Sensors and actuators have been driving the evolution of electronics, since they are 
present in most of the industrial products. This large market suffered from an 
impressive evolution in the last years due to the requirements of new applications 
like safety in cars, water saving and water pollution, spatial applications, home 
systems, etc. Often, those sensors are not interfaced with simple electronics, but 
with complex systems through specific buses. Also, area and weight need to be 
reduced for many applications. 

All these requirements, directed the evolution of microsystems technology 
during the last years, Baltes (1193), with different alternatives: monolithic 
implementations , where sensor and electronics share the same silicon substrate, 
multi-chip modules MCM . which contain several specialized chips for sensing and 
processing, and **classical” PCB-based system. 

From the point of view of a system designer, the ideal tool has to offer the 
possibility to perform a given analysis of the system modeled at very high level, 
while keeping the main constrains of the implementation (price, speed and power 
consumption). In order to minimize cost functions for complex systems the 
designer has to work even at low levels of abstraction, down to full-custom level. 

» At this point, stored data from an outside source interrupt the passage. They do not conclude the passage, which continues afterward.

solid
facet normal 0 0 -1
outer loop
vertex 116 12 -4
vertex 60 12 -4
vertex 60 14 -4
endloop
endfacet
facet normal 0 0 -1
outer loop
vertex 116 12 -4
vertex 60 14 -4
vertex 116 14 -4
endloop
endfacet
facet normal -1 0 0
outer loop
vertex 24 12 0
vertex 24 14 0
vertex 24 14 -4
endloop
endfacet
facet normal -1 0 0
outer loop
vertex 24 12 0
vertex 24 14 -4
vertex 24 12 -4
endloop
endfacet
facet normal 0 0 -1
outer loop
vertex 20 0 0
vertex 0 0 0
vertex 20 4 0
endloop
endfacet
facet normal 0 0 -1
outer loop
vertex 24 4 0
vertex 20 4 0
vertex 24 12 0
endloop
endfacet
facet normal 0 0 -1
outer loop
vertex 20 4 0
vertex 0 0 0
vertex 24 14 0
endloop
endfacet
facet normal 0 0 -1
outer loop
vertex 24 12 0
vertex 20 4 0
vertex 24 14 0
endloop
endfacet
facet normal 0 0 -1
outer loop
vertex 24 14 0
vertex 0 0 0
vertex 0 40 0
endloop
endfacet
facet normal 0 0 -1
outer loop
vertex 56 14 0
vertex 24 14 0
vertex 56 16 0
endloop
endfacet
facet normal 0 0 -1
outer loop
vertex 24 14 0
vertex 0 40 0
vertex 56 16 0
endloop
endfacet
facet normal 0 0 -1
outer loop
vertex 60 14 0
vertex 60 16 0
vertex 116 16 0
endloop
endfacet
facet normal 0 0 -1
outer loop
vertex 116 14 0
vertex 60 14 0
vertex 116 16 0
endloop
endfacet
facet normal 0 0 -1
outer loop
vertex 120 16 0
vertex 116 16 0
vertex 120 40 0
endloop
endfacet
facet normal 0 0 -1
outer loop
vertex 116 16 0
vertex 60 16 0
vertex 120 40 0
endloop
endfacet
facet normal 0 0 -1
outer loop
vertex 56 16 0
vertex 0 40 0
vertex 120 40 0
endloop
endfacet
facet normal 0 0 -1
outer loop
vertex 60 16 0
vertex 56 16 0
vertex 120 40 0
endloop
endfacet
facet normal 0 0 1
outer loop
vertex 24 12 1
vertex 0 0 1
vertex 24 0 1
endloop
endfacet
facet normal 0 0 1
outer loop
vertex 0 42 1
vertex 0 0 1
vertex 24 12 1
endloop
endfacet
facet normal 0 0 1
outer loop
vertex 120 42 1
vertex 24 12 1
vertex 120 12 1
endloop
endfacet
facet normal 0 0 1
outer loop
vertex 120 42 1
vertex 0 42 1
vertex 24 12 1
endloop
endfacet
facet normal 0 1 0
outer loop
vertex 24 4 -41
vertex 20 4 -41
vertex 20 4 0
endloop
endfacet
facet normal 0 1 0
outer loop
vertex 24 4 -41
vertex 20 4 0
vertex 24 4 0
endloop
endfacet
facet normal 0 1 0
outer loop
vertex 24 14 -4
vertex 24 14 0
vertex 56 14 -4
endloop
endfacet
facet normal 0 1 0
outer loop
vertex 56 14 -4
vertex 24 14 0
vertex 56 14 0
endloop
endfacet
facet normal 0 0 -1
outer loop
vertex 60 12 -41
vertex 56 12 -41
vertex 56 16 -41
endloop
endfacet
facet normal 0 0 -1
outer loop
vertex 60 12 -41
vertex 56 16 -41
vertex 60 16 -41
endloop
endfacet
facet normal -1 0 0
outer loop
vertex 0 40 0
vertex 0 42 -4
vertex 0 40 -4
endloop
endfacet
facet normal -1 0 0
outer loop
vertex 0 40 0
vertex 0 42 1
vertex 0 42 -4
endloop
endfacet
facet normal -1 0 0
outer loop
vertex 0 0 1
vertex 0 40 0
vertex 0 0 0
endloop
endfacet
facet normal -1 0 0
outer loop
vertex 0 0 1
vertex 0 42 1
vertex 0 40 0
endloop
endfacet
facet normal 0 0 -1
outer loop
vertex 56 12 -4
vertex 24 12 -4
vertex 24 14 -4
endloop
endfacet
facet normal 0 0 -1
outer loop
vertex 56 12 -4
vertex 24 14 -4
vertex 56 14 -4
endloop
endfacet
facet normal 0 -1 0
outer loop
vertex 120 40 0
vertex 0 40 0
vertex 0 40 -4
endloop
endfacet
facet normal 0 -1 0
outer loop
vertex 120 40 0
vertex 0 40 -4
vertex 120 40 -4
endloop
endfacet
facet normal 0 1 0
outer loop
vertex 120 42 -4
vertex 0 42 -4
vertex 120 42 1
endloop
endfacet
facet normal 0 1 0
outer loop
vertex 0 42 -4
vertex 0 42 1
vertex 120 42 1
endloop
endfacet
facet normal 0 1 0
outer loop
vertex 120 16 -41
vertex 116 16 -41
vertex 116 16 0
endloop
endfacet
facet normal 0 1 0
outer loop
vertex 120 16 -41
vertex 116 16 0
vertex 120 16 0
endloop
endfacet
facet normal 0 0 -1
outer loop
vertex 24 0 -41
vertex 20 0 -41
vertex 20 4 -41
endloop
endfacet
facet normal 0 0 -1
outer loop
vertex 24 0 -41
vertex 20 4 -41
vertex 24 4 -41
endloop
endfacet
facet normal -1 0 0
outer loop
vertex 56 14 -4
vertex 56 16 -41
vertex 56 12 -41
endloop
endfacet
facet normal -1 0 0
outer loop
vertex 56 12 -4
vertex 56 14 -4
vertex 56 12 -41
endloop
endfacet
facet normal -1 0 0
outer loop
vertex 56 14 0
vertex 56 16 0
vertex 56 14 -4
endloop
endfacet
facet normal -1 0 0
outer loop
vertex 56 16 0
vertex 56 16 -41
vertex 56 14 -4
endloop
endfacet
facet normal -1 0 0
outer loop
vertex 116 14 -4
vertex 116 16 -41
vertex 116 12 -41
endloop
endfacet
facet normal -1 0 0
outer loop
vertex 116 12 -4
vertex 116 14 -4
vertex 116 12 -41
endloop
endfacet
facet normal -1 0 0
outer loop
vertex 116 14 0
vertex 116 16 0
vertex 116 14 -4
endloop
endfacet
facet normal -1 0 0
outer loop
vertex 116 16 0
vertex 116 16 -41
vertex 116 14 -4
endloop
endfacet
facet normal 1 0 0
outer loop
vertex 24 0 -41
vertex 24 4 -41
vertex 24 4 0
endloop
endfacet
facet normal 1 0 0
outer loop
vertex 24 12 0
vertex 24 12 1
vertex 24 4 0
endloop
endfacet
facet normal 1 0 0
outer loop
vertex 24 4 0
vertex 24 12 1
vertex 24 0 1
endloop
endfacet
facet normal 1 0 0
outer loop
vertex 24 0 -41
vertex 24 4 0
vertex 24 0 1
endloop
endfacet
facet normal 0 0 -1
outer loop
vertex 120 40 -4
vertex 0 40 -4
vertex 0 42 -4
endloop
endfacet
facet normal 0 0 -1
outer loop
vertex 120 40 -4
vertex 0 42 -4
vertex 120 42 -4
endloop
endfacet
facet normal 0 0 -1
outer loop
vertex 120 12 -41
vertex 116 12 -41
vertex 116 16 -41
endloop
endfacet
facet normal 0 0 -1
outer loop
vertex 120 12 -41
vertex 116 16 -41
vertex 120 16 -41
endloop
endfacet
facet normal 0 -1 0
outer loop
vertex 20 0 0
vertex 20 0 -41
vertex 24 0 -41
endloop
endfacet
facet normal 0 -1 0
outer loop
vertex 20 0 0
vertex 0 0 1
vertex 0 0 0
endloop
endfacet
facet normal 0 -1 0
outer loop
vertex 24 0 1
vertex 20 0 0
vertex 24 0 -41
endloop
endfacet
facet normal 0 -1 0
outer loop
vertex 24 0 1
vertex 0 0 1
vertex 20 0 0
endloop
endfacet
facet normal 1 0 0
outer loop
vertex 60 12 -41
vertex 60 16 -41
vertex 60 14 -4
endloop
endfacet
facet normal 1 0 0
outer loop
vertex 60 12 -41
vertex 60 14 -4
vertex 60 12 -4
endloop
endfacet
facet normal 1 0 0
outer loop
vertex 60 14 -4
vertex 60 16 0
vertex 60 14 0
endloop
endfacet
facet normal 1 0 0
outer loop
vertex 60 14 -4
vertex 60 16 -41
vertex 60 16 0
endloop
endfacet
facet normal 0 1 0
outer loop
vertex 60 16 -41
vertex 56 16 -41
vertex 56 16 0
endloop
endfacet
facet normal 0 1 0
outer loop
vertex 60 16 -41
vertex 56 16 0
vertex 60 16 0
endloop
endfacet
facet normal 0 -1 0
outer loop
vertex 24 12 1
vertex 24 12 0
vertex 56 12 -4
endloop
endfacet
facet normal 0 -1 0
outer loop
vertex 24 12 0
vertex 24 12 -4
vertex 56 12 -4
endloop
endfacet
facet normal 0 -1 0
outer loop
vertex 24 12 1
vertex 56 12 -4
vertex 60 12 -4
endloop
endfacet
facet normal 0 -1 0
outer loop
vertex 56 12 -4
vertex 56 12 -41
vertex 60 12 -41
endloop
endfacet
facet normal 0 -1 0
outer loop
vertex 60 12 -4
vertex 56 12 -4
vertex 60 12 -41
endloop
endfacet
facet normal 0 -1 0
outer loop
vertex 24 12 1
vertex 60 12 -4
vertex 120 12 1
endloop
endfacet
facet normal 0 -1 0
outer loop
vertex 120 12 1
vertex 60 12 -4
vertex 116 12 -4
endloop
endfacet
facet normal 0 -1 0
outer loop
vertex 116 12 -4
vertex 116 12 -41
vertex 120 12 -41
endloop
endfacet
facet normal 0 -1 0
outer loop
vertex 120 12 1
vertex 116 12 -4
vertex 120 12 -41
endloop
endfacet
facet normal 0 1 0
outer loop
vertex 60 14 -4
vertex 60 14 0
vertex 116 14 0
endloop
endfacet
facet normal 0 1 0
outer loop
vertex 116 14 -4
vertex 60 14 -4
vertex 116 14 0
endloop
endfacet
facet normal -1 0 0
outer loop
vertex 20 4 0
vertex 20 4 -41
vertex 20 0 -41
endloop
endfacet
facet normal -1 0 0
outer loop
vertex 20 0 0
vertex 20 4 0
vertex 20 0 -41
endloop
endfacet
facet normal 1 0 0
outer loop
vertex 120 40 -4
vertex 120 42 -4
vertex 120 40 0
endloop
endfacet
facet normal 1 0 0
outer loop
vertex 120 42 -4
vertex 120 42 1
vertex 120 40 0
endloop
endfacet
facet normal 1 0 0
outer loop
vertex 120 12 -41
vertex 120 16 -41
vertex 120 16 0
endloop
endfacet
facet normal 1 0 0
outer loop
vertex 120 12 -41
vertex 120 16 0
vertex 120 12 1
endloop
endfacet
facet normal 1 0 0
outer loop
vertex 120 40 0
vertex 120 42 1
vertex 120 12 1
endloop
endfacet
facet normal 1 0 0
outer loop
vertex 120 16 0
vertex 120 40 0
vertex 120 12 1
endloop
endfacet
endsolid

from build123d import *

# Parameters (mm, degrees)
F1_DEPTH = 1
F2_W     = 4
F2_H     = 4
F3_DEPTH = 41
F4_W     = 120
F4_H     = 2
F4_W_2   = 32
F4_W_3   = 56
F5_DEPTH = 4


with BuildPart() as f1:
    # F0 (on Top) → F1 (new body)
    with BuildSketch(Plane.XY):
        Polygon((0, 42), (0, 0), (24, 0), (24, 12), (120, 12), (120, 42), align=None)
    extrude(amount=F1_DEPTH)

    # F2 (on face) → F3 (join)
    with BuildSketch(Plane(origin=(0, 0, 0), x_dir=(1, 0, 0), z_dir=(0, 0, -1))):
        with Locations((22, -2)):
            Rectangle(F2_W, F2_H)
        with Locations((58, -14)):
            Rectangle(F2_W, F2_H)
        with Locations((118, -14)):
            Rectangle(F2_W, F2_H)
    extrude(amount=F3_DEPTH)

    # F4 (on face) → F5 (join)
    with BuildSketch(Plane(origin=(0, 0, 0), x_dir=(1, 0, 0), z_dir=(0, 0, -1))):
        with Locations((60, -41)):
            Rectangle(F4_W, F4_H)
        with Locations((40, -13)):
            Rectangle(F4_W_2, F4_H)
        with Locations((88, -13)):
            Rectangle(F4_W_3, F4_H)
    extrude(amount=F5_DEPTH)


solid = f1.part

For the case of microsystems design, Huijsing (1994), different types of analyses 
have to be carried out to ensure stability (i.e. AC analysis) and performance (i.e. 
DC analysis) of sensors. Most of that work is being done by structural 3D 
simulators. 

Interactions between different subsystems (sensor, analog and digital) have to be 
taken into account in the design process to produce the whole system. The 
complexity, at the system level, of digital parts is driving the global verification 
process, usually through transient simulation. This analysis has to be enough 
accurate to cope with small sensor magnitudes and dependencies, what usually lets 
to mixed-mode multi-level simulation, thus higher levels of description for sensors 
have to be available to system designers. 

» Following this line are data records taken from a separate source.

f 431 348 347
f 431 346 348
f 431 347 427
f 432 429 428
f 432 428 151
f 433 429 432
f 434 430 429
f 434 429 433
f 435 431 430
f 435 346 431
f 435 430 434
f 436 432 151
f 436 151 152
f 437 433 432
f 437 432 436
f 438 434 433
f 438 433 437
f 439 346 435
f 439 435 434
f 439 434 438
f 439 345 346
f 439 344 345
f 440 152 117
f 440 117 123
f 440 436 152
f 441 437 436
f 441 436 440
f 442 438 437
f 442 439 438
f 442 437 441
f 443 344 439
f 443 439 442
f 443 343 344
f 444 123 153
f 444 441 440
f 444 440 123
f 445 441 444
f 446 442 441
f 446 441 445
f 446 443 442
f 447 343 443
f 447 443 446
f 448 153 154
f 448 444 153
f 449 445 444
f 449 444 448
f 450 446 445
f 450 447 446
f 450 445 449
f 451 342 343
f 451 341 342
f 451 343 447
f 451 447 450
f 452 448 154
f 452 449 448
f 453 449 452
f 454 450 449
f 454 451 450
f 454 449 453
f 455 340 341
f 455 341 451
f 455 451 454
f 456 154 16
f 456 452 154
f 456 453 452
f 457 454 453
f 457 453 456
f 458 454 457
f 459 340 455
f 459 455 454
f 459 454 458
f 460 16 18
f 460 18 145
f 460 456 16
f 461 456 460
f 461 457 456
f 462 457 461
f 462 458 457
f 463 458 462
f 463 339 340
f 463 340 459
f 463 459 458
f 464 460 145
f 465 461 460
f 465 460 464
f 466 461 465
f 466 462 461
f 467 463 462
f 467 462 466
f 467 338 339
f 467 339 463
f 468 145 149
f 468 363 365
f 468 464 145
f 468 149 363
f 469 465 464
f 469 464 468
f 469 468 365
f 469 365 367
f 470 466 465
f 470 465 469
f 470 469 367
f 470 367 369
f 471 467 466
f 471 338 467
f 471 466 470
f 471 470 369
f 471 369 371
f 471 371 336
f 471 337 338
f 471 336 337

In this paper, we present our developments that concurrently try to develop a 
new approach for monolithic microsystems integration from both technology and 
design sides. In chapter 2, different sensor types are described, that correspond to 
different technological developments (related to different process steps). In chapter 
3, the design methodology is presented, following the steps of a “standard” 
bottom-up design methodology: full-custom, sensor cell libraries and semi-custom. 
Chapter 4 shows some circuits and the measured results for devices and 
microsystems, including a demonstrator designed for the prototype washing 
machine from Fagor Sensores (COPRECI).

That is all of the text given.